No, 3rd weekend in October.

The bramling x bitter is waiting for an empty keg. Will brew a TTL as well with hopes that the handpump which my bro is bringing back is able to be setup for the day.


----------



## warrenlw63 (14/9/09)

DrSmurto said:


> No, 3rd weekend in October.
> 
> The bramling x bitter is waiting for an empty keg. Will brew a TTL as well with hopes that the handpump which my bro is bringing back is able to be setup for the day.



Hey smurto. I've got a Bramling Bitter on tap. Do you find you have a love/hate with the hop? One week I enjoy it's difference only to find I'm smelling something that a tomcat has pissed in and added some Ribena by about the 3rd pint. :unsure: 

I reckon if I use this hop again I shall blend it with something more traditional.
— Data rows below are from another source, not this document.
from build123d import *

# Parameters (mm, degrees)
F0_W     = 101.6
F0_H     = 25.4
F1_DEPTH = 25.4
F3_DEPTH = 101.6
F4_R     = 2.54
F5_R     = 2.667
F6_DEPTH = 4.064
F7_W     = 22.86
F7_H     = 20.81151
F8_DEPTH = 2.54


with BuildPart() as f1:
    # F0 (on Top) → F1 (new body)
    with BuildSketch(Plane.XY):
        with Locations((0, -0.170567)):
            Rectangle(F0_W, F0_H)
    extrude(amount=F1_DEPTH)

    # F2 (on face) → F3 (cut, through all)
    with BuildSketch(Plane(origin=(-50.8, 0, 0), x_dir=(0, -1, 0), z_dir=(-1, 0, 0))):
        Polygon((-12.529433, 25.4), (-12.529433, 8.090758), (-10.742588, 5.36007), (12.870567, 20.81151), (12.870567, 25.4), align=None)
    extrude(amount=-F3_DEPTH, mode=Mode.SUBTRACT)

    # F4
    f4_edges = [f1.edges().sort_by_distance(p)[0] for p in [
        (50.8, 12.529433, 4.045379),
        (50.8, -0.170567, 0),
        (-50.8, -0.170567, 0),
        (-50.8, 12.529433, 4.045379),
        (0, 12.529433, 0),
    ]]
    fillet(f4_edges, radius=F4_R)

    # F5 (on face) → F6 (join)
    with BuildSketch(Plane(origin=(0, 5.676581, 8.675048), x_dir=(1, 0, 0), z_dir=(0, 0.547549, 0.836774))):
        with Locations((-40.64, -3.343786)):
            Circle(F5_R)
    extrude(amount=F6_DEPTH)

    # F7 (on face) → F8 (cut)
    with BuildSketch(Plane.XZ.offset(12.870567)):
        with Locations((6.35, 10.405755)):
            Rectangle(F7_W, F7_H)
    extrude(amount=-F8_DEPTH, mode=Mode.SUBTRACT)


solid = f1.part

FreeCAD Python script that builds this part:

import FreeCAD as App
import Part
import Sketcher
from FreeCAD import Vector
Q = App.Units.Quantity


def edges_at(feature, points):
    """Names of the edges that pass closest to the given points."""
    edges = feature.Shape.Edges
    near = lambda p: min(range(len(edges)), key=lambda i: edges[i].distToShape(Part.Vertex(*p))[0])
    return sorted({f"Edge{near(p) + 1}" for p in points})

doc = App.newDocument("Part")
body = doc.addObject("PartDesign::Body", "Body")

# Sketch on XY plane
sketch1 = doc.addObject("Sketcher::SketchObject", "Sketch")
body.addObject(sketch1)
sketch1.AttachmentSupport = (doc.XY_Plane, [""])
sketch1.MapMode = "FlatFace"
sketch1.addGeometry(Part.LineSegment(Vector(-51, 13, 0), Vector(-51, -13, 0)), False)
sketch1.addGeometry(Part.LineSegment(Vector(-51, -13, 0), Vector(51, -13, 0)), False)
sketch1.addGeometry(Part.LineSegment(Vector(51, -13, 0), Vector(51, 13, 0)), False)
sketch1.addGeometry(Part.LineSegment(Vector(51, 13, 0), Vector(-51, 13, 0)), False)
sketch1.addConstraint(Sketcher.Constraint("Coincident", 0, 2, 1, 1))
sketch1.addConstraint(Sketcher.Constraint("Coincident", 1, 2, 2, 1))
sketch1.addConstraint(Sketcher.Constraint("Coincident", 2, 2, 3, 1))
sketch1.addConstraint(Sketcher.Constraint("Coincident", 3, 2, 0, 1))
sketch1.addConstraint(Sketcher.Constraint("Vertical", 0))
sketch1.addConstraint(Sketcher.Constraint("Horizontal", 1))
sketch1.addConstraint(Sketcher.Constraint("Vertical", 2))
sketch1.addConstraint(Sketcher.Constraint("Horizontal", 3))
sketch1.addConstraint(Sketcher.Constraint("DistanceX", 1, 1, 1, 2, Q("4 in")))
sketch1.addConstraint(Sketcher.Constraint("DistanceY", 0, 2, 0, 1, Q("1 in")))
sketch1.addConstraint(Sketcher.Constraint("DistanceX", 0, 2, -1, 1, Q("2 in")))
sketch1.addConstraint(Sketcher.Constraint("DistanceY", 0, 2, -1, 1, 12.870567))
pad1 = doc.addObject("PartDesign::Pad", "Pad")
body.addObject(pad1)
pad1.Profile = sketch1
pad1.Length = Q("1 in")

# Sketch on YZ plane
sketch2 = doc.addObject("Sketcher::SketchObject", "Sketch001")
body.addObject(sketch2)
sketch2.AttachmentSupport = (doc.YZ_Plane, [""])
sketch2.MapMode = "FlatFace"
sketch2.AttachmentOffset = App.Placement(Vector(0, 0, -2 * 25.4), App.Rotation())
sketch2.addGeometry(Part.LineSegment(Vector(12.5, 25.4, 0), Vector(12.5, 8.1, 0)), False)
sketch2.addGeometry(Part.LineSegment(Vector(12.5, 8.1, 0), Vector(10.7, 5.4, 0)), False)
sketch2.addGeometry(Part.LineSegment(Vector(10.7, 5.4, 0), Vector(-12.9, 20.8, 0)), False)
sketch2.addGeometry(Part.LineSegment(Vector(-12.9, 20.8, 0), Vector(-12.9, 25.4, 0)), False)
sketch2.addGeometry(Part.LineSegment(Vector(-12.9, 25.4, 0), Vector(12.5, 25.4, 0)), False)
sketch2.addConstraint(Sketcher.Constraint("Coincident", 0, 2, 1, 1))
sketch2.addConstraint(Sketcher.Constraint("Coincident", 1, 2, 2, 1))
sketch2.addConstraint(Sketcher.Constraint("Coincident", 2, 2, 3, 1))
sketch2.addConstraint(Sketcher.Constraint("Coincident", 3, 2, 4, 1))
sketch2.addConstraint(Sketcher.Constraint("Coincident", 4, 2, 0, 1))
sketch2.addConstraint(Sketcher.Constraint("Vertical", 0))
sketch2.addConstraint(Sketcher.Constraint("Vertical", 3))
sketch2.addConstraint(Sketcher.Constraint("Horizontal", 4))
sketch2.addConstraint(Sketcher.Constraint("Perpendicular", 1, 2))
sketch2.addConstraint(Sketcher.Constraint("DistanceX", 4, 1, 4, 2, Q("1 in")))
sketch2.addConstraint(Sketcher.Constraint("DistanceY", -1, 1, 3, 2, Q("1 in")))
sketch2.addConstraint(Sketcher.Constraint("DistanceY", 0, 2, 0, 1, 17.309242))
sketch2.addConstraint(Sketcher.Constraint("DistanceY", 3, 1, 3, 2, 4.58849))
sketch2.addConstraint(Sketcher.Constraint("DistanceY", -1, 1, 1, 2, 5.36007))
sketch2.addConstraint(Sketcher.Constraint("DistanceX", -1, 1, 0, 2, 12.529433))
pocket1 = doc.addObject("PartDesign::Pocket", "Pocket")
body.addObject(pocket1)
pocket1.Profile = sketch2
pocket1.Type = "ThroughAll"
pocket1.Reversed = True
doc.recompute()

fillet = doc.addObject("PartDesign::Fillet", "Fillet")
body.addObject(fillet)
fillet.Base = (pocket1, edges_at(pocket1, [
    (50.8, 12.529, 4.045),
    (50.8, -0.171, 0),
    (-50.8, -0.171, 0),
    (-50.8, 12.529, 4.045),
    (0, 12.529, 0),
]))
fillet.Radius = Q("0.1 in")

# Sketch on an angled plane
sketch3 = doc.addObject("Sketcher::SketchObject", "Sketch002")
body.addObject(sketch3)
sketch3.Placement = App.Placement(Vector(0, 5.676581, 8.675048), App.Rotation(Vector(1, 0, 0), Vector(0, 0.836773735, -0.547548826), Vector(0, 0.547548826, 0.836773735), "ZXY"))
sketch3.addGeometry(Part.Circle(Vector(-40.6, -3.3, 0), Vector(0, 0, 1), 2.7), False)
sketch3.addConstraint(Sketcher.Constraint("Diameter", 0, Q("0.21 in")))
sketch3.addConstraint(Sketcher.Constraint("DistanceX", 0, 3, -1, 1, Q("1.6 in")))
sketch3.addConstraint(Sketcher.Constraint("DistanceY", 0, 3, -1, 1, 3.343786))
pad2 = doc.addObject("PartDesign::Pad", "Pad001")
body.addObject(pad2)
pad2.Profile = sketch3
pad2.Length = Q("0.16 in")

# Sketch on XZ plane
sketch4 = doc.addObject("Sketcher::SketchObject", "Sketch003")
body.addObject(sketch4)
sketch4.AttachmentSupport = (doc.XZ_Plane, [""])
sketch4.MapMode = "FlatFace"
sketch4.AttachmentOffset = App.Placement(Vector(0, 0, 12.870567), App.Rotation())
sketch4.addGeometry(Part.LineSegment(Vector(-5, 21, 0), Vector(-5, 0, 0)), False)
sketch4.addGeometry(Part.LineSegment(Vector(-5, 0, 0), Vector(18, 0, 0)), False)
sketch4.addGeometry(Part.LineSegment(Vector(18, 0, 0), Vector(18, 21, 0)), False)
sketch4.addGeometry(Part.LineSegment(Vector(18, 21, 0), Vector(-5, 21, 0)), False)
sketch4.addConstraint(Sketcher.Constraint("Coincident", 0, 2, 1, 1))
sketch4.addConstraint(Sketcher.Constraint("Coincident", 1, 2, 2, 1))
sketch4.addConstraint(Sketcher.Constraint("Coincident", 2, 2, 3, 1))
sketch4.addConstraint(Sketcher.Constraint("Coincident", 3, 2, 0, 1))
sketch4.addConstraint(Sketcher.Constraint("Vertical", 0))
sketch4.addConstraint(Sketcher.Constraint("Horizontal", 1))
sketch4.addConstraint(Sketcher.Constraint("Vertical", 2))
sketch4.addConstraint(Sketcher.Constraint("Horizontal", 3))
sketch4.addConstraint(Sketcher.Constraint("PointOnObject", 0, 2, -1))
sketch4.addConstraint(Sketcher.Constraint("DistanceX", 1, 1, 1, 2, Q("0.9 in")))
sketch4.addConstraint(Sketcher.Constraint("DistanceX", 0, 2, -1, 1, Q("0.2 in")))
sketch4.addConstraint(Sketcher.Constraint("DistanceY", 0, 2, 0, 1, 20.81151))
pocket2 = doc.addObject("PartDesign::Pocket", "Pocket001")
body.addObject(pocket2)
pocket2.Profile = sketch4
pocket2.Length = Q("0.1 in")

doc.recompute()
Reminds me a bit of Progress though not as bad.

Warren -


----------



## drsmurto (14/9/09)

warrenlw63 said:


> Hey smurto. I've got a Bramling Bitter on tap. Do you find you have a love/hate with the hop? One week I enjoy it's difference only to find I'm smelling something that a tomcat has pissed in and added some Ribena by about the 3rd pint. :unsure:
> 
> I reckon if I use this hop again I shall blend it with something more traditional. Reminds me a bit of Progress though not as bad.
> 
> Warren -



Only used bramling x once before and loved it and its was a single hop bitter too.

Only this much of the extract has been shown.